## [Action item]
Set out exactly, line by line, the stretch of data below that begins at the line containing "v 241.443 -19.05 62.063" and ends at the line containing "v 31.238 -19.05 61.669", with both ends kept.

## [Records provided]
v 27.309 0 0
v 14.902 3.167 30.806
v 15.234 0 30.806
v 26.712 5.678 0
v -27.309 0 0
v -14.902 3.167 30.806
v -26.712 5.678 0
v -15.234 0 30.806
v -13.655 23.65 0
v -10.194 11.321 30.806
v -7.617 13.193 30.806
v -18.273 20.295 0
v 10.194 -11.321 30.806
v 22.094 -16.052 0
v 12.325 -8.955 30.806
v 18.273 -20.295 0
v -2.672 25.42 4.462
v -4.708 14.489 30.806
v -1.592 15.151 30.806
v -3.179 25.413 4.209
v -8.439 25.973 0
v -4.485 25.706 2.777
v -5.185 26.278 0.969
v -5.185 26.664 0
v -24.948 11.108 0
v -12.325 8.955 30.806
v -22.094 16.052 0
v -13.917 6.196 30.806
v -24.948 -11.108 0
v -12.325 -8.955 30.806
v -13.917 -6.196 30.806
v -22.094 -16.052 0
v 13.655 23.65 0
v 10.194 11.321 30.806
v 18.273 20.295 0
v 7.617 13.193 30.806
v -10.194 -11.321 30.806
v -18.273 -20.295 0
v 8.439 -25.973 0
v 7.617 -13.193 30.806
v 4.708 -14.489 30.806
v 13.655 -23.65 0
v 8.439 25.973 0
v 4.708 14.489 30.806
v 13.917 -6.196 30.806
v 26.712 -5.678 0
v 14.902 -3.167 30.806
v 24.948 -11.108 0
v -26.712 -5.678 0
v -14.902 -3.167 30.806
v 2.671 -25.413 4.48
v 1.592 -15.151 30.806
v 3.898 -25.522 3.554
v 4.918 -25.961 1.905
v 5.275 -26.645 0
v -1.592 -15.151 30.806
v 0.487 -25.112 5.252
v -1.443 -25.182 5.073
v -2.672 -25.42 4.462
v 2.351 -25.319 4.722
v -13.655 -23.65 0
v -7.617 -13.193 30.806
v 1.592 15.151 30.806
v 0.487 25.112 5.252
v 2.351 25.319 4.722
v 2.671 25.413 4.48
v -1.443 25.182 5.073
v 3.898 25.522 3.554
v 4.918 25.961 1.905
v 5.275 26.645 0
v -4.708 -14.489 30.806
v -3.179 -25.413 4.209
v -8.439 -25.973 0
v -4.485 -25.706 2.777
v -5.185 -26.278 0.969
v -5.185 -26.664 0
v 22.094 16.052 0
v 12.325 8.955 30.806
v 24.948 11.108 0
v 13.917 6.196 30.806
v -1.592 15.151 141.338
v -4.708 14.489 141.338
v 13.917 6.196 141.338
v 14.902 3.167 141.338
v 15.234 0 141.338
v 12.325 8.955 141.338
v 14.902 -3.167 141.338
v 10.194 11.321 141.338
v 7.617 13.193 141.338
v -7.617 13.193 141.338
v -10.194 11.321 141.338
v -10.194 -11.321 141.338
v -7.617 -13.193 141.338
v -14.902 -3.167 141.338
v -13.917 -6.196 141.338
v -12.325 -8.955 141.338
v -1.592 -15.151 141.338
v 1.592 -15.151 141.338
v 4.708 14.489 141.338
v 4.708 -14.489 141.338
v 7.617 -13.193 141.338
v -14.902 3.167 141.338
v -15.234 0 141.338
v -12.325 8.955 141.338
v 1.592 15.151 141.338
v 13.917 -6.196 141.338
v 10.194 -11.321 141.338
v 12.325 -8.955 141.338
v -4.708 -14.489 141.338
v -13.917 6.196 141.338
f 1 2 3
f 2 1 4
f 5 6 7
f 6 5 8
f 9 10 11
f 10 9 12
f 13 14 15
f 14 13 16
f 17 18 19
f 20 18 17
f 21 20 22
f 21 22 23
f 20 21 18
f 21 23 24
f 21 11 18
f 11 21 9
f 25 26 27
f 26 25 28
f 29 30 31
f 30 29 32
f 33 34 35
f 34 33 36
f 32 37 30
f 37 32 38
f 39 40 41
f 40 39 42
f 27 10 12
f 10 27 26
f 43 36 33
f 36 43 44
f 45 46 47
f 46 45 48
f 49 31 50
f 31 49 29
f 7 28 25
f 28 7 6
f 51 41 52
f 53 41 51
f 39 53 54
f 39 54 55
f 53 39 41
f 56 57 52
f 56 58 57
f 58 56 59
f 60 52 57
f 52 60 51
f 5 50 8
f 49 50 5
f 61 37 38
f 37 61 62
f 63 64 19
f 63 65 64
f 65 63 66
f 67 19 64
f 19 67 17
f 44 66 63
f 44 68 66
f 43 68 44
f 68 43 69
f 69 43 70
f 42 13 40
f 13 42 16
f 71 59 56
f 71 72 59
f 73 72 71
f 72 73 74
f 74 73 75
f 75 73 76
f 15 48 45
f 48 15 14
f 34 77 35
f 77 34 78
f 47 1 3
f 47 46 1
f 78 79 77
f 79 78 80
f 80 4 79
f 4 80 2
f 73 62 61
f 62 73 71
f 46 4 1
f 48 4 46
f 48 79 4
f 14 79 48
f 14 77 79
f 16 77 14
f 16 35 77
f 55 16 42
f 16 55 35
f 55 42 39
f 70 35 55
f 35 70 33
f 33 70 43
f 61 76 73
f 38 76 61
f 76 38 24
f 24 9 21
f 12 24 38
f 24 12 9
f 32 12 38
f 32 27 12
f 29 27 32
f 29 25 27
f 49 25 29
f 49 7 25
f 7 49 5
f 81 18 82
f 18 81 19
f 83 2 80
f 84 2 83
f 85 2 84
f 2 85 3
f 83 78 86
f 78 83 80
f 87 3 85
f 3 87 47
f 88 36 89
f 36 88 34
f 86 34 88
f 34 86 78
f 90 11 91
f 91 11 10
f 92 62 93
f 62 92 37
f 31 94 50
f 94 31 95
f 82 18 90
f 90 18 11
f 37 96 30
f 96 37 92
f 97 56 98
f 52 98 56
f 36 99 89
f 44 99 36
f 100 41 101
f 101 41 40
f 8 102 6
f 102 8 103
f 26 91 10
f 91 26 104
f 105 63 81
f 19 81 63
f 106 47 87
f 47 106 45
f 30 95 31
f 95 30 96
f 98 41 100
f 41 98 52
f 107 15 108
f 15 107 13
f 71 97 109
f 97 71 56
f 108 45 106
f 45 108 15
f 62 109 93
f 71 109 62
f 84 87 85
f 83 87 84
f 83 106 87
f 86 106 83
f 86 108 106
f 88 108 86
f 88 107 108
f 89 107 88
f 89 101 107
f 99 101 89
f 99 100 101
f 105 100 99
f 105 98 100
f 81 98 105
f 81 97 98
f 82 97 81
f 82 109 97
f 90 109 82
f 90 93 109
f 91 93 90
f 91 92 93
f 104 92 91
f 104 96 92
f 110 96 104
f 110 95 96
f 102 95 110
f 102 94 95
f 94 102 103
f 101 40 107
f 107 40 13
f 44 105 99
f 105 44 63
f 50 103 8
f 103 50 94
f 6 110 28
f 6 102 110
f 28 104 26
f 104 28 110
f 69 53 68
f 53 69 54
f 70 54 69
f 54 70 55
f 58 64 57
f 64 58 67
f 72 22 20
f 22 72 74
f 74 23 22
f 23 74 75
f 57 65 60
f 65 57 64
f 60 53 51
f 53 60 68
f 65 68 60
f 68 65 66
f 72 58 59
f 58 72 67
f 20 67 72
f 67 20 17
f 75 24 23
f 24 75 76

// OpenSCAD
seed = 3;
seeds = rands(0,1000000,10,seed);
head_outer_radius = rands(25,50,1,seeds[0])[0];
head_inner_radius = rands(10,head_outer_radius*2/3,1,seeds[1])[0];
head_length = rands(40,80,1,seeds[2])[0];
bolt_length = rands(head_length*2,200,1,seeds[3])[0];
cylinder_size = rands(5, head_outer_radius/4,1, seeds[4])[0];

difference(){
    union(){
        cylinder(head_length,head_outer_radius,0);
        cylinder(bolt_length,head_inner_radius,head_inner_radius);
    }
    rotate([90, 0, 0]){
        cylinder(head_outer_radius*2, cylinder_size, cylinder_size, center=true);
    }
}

==

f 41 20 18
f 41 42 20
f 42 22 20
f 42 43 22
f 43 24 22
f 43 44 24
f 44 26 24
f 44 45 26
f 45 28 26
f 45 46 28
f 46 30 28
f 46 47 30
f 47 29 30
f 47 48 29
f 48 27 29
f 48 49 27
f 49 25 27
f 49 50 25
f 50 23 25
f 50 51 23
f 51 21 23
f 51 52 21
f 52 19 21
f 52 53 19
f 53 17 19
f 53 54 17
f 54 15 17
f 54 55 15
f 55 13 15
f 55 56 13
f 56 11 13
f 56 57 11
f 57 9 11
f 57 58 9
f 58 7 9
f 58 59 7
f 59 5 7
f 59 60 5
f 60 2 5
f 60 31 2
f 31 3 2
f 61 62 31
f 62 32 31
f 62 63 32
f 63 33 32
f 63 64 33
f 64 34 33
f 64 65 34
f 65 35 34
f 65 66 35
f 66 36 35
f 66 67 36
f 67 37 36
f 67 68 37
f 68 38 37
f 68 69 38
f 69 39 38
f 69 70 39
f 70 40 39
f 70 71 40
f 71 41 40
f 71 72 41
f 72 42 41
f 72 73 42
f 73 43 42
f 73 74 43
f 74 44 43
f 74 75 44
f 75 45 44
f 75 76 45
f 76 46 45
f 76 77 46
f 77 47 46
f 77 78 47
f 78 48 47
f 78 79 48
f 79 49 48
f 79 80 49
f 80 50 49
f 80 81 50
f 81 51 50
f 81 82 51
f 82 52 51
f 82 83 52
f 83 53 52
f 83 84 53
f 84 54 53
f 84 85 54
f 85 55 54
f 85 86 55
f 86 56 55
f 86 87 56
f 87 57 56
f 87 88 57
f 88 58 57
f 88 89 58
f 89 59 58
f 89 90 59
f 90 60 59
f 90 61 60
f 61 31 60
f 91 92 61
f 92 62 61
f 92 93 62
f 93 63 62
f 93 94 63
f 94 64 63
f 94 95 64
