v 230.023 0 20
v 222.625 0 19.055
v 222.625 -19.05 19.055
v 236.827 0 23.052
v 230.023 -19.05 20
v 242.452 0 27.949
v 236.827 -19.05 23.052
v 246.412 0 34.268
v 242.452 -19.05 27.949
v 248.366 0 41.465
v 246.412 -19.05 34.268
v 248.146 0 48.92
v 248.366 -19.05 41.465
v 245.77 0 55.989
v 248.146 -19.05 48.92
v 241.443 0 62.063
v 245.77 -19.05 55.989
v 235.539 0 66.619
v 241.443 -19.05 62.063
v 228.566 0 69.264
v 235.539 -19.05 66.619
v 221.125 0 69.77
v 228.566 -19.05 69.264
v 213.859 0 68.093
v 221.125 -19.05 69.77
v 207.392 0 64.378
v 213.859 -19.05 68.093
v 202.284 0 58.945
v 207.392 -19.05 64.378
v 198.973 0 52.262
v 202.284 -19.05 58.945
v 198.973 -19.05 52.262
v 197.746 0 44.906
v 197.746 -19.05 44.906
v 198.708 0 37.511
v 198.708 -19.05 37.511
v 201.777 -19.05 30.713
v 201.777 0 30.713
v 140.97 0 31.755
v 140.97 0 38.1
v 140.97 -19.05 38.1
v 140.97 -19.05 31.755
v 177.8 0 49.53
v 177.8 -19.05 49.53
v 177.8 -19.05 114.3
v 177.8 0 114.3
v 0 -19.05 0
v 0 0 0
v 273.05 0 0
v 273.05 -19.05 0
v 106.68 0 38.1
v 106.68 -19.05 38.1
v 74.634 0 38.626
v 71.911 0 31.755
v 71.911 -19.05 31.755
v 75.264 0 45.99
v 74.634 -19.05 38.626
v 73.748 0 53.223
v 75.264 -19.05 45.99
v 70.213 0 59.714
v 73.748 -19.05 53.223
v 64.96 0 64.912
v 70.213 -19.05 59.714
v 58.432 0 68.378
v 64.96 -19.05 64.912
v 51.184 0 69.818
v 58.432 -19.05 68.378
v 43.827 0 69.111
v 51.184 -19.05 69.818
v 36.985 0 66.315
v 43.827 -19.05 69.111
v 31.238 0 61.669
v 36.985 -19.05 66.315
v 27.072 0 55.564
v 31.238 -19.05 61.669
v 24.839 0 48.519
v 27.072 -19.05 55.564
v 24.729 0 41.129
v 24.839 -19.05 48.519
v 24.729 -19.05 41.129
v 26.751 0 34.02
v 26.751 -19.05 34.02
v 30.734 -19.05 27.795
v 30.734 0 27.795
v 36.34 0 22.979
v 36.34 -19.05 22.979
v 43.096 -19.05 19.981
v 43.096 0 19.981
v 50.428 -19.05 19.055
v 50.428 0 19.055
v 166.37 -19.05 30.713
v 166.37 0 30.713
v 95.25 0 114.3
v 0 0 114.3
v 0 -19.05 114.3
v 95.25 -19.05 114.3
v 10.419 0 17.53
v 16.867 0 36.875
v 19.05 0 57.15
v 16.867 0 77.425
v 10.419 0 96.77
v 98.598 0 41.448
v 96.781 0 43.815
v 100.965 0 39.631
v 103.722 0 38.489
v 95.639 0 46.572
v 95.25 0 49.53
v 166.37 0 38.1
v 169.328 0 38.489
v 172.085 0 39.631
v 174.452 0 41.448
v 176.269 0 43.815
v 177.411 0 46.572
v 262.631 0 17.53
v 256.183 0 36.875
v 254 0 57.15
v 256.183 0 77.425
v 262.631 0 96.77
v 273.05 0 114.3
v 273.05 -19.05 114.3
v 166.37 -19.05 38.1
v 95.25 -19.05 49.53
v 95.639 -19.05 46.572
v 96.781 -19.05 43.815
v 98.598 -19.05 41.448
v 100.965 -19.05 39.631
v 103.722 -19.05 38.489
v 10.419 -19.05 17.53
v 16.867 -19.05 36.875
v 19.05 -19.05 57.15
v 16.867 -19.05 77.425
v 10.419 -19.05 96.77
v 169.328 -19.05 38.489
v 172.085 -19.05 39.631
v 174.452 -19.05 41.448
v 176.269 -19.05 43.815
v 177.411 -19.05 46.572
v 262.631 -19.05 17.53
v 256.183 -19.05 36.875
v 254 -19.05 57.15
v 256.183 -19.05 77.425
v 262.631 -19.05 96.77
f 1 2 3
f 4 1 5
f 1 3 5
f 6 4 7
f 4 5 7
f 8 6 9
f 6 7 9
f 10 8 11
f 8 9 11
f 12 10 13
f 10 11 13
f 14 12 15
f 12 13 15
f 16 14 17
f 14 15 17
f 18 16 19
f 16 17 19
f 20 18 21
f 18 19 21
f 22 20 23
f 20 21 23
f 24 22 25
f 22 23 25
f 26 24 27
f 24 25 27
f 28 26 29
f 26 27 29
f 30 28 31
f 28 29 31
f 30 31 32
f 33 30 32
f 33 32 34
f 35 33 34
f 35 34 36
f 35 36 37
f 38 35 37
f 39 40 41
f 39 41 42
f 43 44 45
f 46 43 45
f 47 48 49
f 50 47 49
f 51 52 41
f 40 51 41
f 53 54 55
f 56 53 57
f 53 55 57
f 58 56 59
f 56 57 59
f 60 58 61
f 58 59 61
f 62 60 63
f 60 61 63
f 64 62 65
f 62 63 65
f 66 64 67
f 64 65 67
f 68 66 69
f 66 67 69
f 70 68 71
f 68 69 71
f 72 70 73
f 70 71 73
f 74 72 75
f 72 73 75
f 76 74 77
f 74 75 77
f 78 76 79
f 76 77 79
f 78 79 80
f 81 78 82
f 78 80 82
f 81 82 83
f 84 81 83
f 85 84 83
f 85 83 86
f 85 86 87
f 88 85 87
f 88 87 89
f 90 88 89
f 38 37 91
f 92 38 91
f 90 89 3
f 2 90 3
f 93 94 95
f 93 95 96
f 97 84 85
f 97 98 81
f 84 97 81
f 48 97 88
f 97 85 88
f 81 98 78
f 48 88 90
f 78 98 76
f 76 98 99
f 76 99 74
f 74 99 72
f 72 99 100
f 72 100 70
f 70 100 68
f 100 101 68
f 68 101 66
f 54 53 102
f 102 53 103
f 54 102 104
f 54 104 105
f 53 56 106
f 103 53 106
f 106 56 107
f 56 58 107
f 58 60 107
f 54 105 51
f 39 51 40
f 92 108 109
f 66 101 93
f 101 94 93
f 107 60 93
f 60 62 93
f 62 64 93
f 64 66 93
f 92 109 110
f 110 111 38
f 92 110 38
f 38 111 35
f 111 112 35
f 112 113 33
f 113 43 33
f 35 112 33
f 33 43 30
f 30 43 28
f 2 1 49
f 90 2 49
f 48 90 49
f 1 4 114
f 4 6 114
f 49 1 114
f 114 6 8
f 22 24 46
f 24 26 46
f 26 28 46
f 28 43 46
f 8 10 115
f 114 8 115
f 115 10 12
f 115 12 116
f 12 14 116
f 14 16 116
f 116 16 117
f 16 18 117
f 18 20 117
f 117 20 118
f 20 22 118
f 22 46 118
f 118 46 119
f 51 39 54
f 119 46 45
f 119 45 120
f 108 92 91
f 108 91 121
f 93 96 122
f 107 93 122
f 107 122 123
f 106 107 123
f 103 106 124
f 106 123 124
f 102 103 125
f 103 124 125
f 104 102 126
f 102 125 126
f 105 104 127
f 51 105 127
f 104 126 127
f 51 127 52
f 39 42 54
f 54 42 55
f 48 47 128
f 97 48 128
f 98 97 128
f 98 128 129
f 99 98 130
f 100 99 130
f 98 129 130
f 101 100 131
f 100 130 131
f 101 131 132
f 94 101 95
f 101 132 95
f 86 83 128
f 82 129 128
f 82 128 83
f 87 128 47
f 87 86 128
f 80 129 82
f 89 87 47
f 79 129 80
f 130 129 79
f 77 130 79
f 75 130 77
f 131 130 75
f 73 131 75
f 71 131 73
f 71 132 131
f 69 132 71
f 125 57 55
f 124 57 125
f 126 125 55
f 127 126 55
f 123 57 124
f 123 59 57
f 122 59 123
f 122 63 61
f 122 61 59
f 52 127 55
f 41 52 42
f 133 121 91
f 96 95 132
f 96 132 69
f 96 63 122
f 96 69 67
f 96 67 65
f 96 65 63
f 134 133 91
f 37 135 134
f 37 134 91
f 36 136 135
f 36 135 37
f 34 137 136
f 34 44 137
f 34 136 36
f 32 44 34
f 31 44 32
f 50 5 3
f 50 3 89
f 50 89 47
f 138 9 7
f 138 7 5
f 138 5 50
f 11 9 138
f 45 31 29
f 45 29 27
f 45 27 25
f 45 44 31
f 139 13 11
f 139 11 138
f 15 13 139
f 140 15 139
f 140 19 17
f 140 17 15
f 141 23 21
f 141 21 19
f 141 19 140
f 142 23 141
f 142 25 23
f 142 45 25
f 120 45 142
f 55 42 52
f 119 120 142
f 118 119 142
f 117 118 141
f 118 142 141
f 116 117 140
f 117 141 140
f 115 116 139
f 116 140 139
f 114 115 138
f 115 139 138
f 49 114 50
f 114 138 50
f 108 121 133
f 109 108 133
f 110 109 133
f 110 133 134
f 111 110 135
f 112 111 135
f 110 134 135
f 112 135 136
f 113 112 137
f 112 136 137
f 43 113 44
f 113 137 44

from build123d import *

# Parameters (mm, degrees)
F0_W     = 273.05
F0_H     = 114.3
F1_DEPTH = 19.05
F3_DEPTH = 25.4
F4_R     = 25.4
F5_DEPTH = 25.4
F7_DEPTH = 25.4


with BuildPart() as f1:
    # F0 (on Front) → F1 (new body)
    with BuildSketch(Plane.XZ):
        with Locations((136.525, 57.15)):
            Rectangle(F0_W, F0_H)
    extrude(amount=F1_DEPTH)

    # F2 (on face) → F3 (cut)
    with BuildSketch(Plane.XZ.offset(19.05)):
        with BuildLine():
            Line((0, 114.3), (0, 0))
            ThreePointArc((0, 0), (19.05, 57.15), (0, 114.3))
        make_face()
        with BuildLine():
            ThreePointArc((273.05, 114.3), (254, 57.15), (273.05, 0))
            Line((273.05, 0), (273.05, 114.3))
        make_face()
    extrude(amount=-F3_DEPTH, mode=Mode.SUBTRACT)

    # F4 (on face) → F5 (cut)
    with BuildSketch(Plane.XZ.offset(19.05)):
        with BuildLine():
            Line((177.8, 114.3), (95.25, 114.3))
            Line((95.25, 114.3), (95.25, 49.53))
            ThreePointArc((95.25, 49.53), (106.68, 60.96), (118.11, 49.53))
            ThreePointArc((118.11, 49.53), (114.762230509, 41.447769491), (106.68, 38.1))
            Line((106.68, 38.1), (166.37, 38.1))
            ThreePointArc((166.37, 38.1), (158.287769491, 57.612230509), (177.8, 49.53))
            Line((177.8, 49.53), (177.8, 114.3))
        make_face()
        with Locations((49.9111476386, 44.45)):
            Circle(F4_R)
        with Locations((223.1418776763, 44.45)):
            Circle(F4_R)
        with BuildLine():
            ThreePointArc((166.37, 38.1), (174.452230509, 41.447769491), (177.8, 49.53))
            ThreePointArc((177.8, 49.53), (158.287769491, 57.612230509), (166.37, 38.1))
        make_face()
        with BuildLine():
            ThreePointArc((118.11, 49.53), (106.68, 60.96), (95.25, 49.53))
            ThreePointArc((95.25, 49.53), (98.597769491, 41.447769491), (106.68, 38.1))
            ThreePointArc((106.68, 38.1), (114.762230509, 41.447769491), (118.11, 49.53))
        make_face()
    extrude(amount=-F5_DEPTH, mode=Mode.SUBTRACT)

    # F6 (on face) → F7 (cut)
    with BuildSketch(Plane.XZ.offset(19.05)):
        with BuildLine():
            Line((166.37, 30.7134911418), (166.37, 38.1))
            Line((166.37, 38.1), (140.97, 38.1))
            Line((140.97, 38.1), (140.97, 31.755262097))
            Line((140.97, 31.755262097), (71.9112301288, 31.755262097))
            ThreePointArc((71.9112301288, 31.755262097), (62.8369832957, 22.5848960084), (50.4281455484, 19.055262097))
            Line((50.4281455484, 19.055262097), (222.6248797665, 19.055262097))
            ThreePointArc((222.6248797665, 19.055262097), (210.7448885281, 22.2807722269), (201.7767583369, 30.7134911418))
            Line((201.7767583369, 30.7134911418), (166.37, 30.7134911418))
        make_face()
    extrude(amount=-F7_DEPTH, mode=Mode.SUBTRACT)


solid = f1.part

## [Expected answer]
v 241.443 -19.05 62.063
v 228.566 0 69.264
v 235.539 -19.05 66.619
v 221.125 0 69.77
v 228.566 -19.05 69.264
v 213.859 0 68.093
v 221.125 -19.05 69.77
v 207.392 0 64.378
v 213.859 -19.05 68.093
v 202.284 0 58.945
v 207.392 -19.05 64.378
v 198.973 0 52.262
v 202.284 -19.05 58.945
v 198.973 -19.05 52.262
v 197.746 0 44.906
v 197.746 -19.05 44.906
v 198.708 0 37.511
v 198.708 -19.05 37.511
v 201.777 -19.05 30.713
v 201.777 0 30.713
v 140.97 0 31.755
v 140.97 0 38.1
v 140.97 -19.05 38.1
v 140.97 -19.05 31.755
v 177.8 0 49.53
v 177.8 -19.05 49.53
v 177.8 -19.05 114.3
v 177.8 0 114.3
v 0 -19.05 0
v 0 0 0
v 273.05 0 0
v 273.05 -19.05 0
v 106.68 0 38.1
v 106.68 -19.05 38.1
v 74.634 0 38.626
v 71.911 0 31.755
v 71.911 -19.05 31.755
v 75.264 0 45.99
v 74.634 -19.05 38.626
v 73.748 0 53.223
v 75.264 -19.05 45.99
v 70.213 0 59.714
v 73.748 -19.05 53.223
v 64.96 0 64.912
v 70.213 -19.05 59.714
v 58.432 0 68.378
v 64.96 -19.05 64.912
v 51.184 0 69.818
v 58.432 -19.05 68.378
v 43.827 0 69.111
v 51.184 -19.05 69.818
v 36.985 0 66.315
v 43.827 -19.05 69.111
v 31.238 0 61.669
v 36.985 -19.05 66.315
v 27.072 0 55.564
v 31.238 -19.05 61.669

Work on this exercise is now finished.